What I wonder about is if the locking mechanism is accidentally turning into a CPU resource scheduling problem on this benchmark. If the connections were pooled instead, control over that scheduling would be more explicit, because connections would more directly map onto physical CPUs. What if the fall-off is because the sum of the working code set here is simply exceeding the sum of the CPU caching available once the number of active connections gets big enough? The real problem could be that the connections waiting on ProcArray are just falling out of cache, such that when they do wake up they take a while to page back in and keep going.

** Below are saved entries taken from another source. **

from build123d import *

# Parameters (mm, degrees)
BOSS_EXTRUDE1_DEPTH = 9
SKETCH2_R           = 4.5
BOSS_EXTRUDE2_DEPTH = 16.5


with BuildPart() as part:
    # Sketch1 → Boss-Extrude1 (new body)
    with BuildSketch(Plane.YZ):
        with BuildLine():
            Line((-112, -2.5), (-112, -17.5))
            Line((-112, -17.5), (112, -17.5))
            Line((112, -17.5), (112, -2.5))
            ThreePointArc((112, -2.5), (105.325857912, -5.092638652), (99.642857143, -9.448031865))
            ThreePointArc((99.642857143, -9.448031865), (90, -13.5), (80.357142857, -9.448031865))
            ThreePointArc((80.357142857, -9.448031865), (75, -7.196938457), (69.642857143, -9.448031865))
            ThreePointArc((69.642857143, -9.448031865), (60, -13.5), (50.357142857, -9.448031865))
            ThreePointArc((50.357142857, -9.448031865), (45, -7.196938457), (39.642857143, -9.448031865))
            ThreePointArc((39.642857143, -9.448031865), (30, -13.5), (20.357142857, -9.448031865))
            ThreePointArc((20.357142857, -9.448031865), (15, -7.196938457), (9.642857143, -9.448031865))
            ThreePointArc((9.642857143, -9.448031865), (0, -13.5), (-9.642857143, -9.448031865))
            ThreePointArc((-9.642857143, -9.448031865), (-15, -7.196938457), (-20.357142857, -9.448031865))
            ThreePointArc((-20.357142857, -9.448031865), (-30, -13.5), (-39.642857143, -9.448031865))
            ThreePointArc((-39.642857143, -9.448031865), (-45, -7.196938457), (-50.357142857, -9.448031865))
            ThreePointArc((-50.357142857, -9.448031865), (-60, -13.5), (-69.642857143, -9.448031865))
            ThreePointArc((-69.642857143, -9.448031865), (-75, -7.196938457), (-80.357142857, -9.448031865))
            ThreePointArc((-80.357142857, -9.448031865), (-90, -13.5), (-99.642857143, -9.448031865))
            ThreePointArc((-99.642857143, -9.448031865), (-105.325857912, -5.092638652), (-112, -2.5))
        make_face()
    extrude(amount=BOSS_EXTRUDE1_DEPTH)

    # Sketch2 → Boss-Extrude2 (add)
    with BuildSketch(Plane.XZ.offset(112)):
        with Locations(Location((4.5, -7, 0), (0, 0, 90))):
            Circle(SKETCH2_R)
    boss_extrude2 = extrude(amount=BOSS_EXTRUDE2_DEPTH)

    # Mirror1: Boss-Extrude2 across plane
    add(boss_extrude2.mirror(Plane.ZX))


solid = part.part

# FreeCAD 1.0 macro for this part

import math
import FreeCAD as App
import Part
import Sketcher
Q = App.Units.Quantity

doc = App.newDocument("Part")
body = doc.addObject("PartDesign::Body", "Body")

sketch1 = doc.addObject("Sketcher::SketchObject", "Sketch")
body.addObject(sketch1)
sketch1.AttachmentSupport = (doc.YZ_Plane, [""])
sketch1.MapMode = "FlatFace"
sketch1.addGeometry([
    Part.LineSegment(App.Vector(-112, -2, 0), App.Vector(-112, -18, 0)),
    Part.LineSegment(App.Vector(-112, -18, 0), App.Vector(112, -18, 0)),
    Part.LineSegment(App.Vector(112, -18, 0), App.Vector(112, -2, 0)),
    Part.ArcOfCircle(Part.Circle(App.Vector(118, -27, 0), App.Vector(0, 0, 1), 25), math.radians(103), math.radians(136)),
    Part.ArcOfCircle(Part.Circle(App.Vector(90, 0, 0), App.Vector(0, 0, 1), 14), math.radians(-136), math.radians(-44)),
    Part.ArcOfCircle(Part.Circle(App.Vector(75, -15, 0), App.Vector(0, 0, 1), 8), math.radians(44), math.radians(136)),
    Part.ArcOfCircle(Part.Circle(App.Vector(60, 0, 0), App.Vector(0, 0, 1), 14), math.radians(-136), math.radians(-44)),
    Part.ArcOfCircle(Part.Circle(App.Vector(45, -15, 0), App.Vector(0, 0, 1), 8), math.radians(44), math.radians(136)),
    Part.ArcOfCircle(Part.Circle(App.Vector(30, 0, 0), App.Vector(0, 0, 1), 14), math.radians(-136), math.radians(-44)),
    Part.ArcOfCircle(Part.Circle(App.Vector(15, -15, 0), App.Vector(0, 0, 1), 8), math.radians(44), math.radians(136)),
    Part.ArcOfCircle(Part.Circle(App.Vector(0, 0, 0), App.Vector(0, 0, 1), 14), math.radians(-136), math.radians(-44)),
    Part.ArcOfCircle(Part.Circle(App.Vector(-15, -15, 0), App.Vector(0, 0, 1), 8), math.radians(44), math.radians(136)),
    Part.ArcOfCircle(Part.Circle(App.Vector(-30, 0, 0), App.Vector(0, 0, 1), 14), math.radians(-136), math.radians(-44)),
    Part.ArcOfCircle(Part.Circle(App.Vector(-45, -15, 0), App.Vector(0, 0, 1), 8), math.radians(44), math.radians(136)),
    Part.ArcOfCircle(Part.Circle(App.Vector(-60, 0, 0), App.Vector(0, 0, 1), 14), math.radians(-136), math.radians(-44)),
    Part.ArcOfCircle(Part.Circle(App.Vector(-75, -15, 0), App.Vector(0, 0, 1), 8), math.radians(44), math.radians(136)),
    Part.ArcOfCircle(Part.Circle(App.Vector(-90, 0, 0), App.Vector(0, 0, 1), 14), math.radians(-136), math.radians(-44)),
    Part.ArcOfCircle(Part.Circle(App.Vector(-118, -27, 0), App.Vector(0, 0, 1), 25), math.radians(44), math.radians(77)),
], False)
sketch1.addConstraint([
    Sketcher.Constraint("Coincident", 0, 2, 1, 1),
    Sketcher.Constraint("Coincident", 1, 2, 2, 1),
    Sketcher.Constraint("Coincident", 2, 2, 3, 1),
    Sketcher.Constraint("Tangent", 3, 2, 4, 2),
    Sketcher.Constraint("Tangent", 4, 1, 5, 1),
    Sketcher.Constraint("Tangent", 5, 2, 6, 2),
    Sketcher.Constraint("Tangent", 6, 1, 7, 1),
    Sketcher.Constraint("Tangent", 7, 2, 8, 2),
    Sketcher.Constraint("Tangent", 8, 1, 9, 1),
    Sketcher.Constraint("Tangent", 9, 2, 10, 2),
    Sketcher.Constraint("Tangent", 10, 1, 11, 1),
    Sketcher.Constraint("Tangent", 11, 2, 12, 2),
    Sketcher.Constraint("Tangent", 12, 1, 13, 1),
    Sketcher.Constraint("Tangent", 13, 2, 14, 2),
    Sketcher.Constraint("Tangent", 14, 1, 15, 1),
    Sketcher.Constraint("Tangent", 15, 2, 16, 2),
    Sketcher.Constraint("Tangent", 16, 1, 17, 1),
    Sketcher.Constraint("Coincident", 17, 2, 0, 1),
    Sketcher.Constraint("Vertical", 0),
    Sketcher.Constraint("Horizontal", 1),
    Sketcher.Constraint("Vertical", 2),
    Sketcher.Constraint("Coincident", 10, 3, -1, 1),
    Sketcher.Constraint("Equal", 4, 6),
    Sketcher.Constraint("Equal", 5, 7),
    Sketcher.Constraint("Equal", 6, 8),
    Sketcher.Constraint("Equal", 7, 9),
    Sketcher.Constraint("Equal", 8, 10),
    Sketcher.Constraint("Equal", 9, 11),
    Sketcher.Constraint("Equal", 10, 12),
    Sketcher.Constraint("Equal", 11, 13),
    Sketcher.Constraint("Equal", 12, 14),
    Sketcher.Constraint("Equal", 13, 15),
    Sketcher.Constraint("Equal", 14, 16),
    Sketcher.Constraint("Equal", 3, 17),
    Sketcher.Constraint("Symmetric", 8, 3, 12, 3, -1, 1),
    Sketcher.Constraint("Symmetric", 6, 3, 14, 3, -1, 1),
    Sketcher.Constraint("Symmetric", 4, 3, 16, 3, -1, 1),
    Sketcher.Constraint("Symmetric", 7, 3, 13, 3, -2),
    Sketcher.Constraint("Symmetric", 3, 3, 17, 3, -2),
    Sketcher.Constraint("Horizontal", 5, 3, 7, 3),
    Sketcher.Constraint("Horizontal", 7, 3, 9, 3),
    Sketcher.Constraint("Horizontal", 3, 2, 4, 1),
    Sketcher.Constraint("Horizontal", 2, 2, 17, 2),
    Sketcher.Constraint("Radius", 4, Q("13.5 mm")),
    Sketcher.Constraint("Radius", 5, Q("7.5 mm")),
    Sketcher.Constraint("DistanceX", 1, 1, 1, 2, Q("224 mm")),
    Sketcher.Constraint("DistanceY", 0, 2, 0, 1, Q("15 mm")),
    Sketcher.Constraint("DistanceX", -1, 1, 4, 3, Q("90 mm")),
    Sketcher.Constraint("DistanceY", 0, 2, -1, 1, Q("17.5 mm")),
])
pad1 = doc.addObject("PartDesign::Pad", "Pad")
body.addObject(pad1)
pad1.Profile = sketch1
pad1.Length = 9

sketch2 = doc.addObject("Sketcher::SketchObject", "Sketch001")
body.addObject(sketch2)
sketch2.AttachmentSupport = (doc.XZ_Plane, [""])
sketch2.MapMode = "FlatFace"
sketch2.AttachmentOffset = App.Placement(App.Vector(0, 0, 112), App.Rotation())
sketch2.addGeometry(Part.Circle(App.Vector(4.5, -7, 0), App.Vector(0, 0, 1), 4.5), False)
sketch2.addConstraint([
    Sketcher.Constraint("Diameter", 0, Q("9 mm")),
    Sketcher.Constraint("DistanceY", 0, 3, -1, 1, Q("7 mm")),
    Sketcher.Constraint("DistanceX", -1, 1, 0, 3, Q("4.5 mm")),
])
pad2 = doc.addObject("PartDesign::Pad", "Pad001")
body.addObject(pad2)
pad2.Profile = sketch2
pad2.Length = 16.5
doc.recompute()

mirrored = doc.addObject("PartDesign::Mirrored", "Mirrored")
body.addObject(mirrored)
mirrored.Originals = [pad2]
mirrored.MirrorPlane = (doc.XZ_Plane, [""])
body.Tip = mirrored

doc.recompute()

I wouldn't actually bet anything on that theory though, or any of the others offered here. I find wandering into performance bottleneck analysis presuming you know what's going on to be dangerous. The bigger issue here is that Jignesh is using a configuration known to be problematic (lots of connections), which introduces some uncertaintly about the true root cause here. Whether it's well founded or not, it still hurts his case.
And to step back for a second, after reading up on it again I see that Sun's internal iGen-OLTP benchmark "stresses lock management and connectivity"[1], which makes me wonder even more than I did before about how specific this fix is to this workload.
[1] http://blogs.sun.com/bmseer/entry/t2000_adds_database_leadership_to
First just run a test with a tiny delay (5ms? 0?) and fewer users to compare. If your theory that a connection pooler would help, that test would provide higher throughput with low user count and not be lock limited.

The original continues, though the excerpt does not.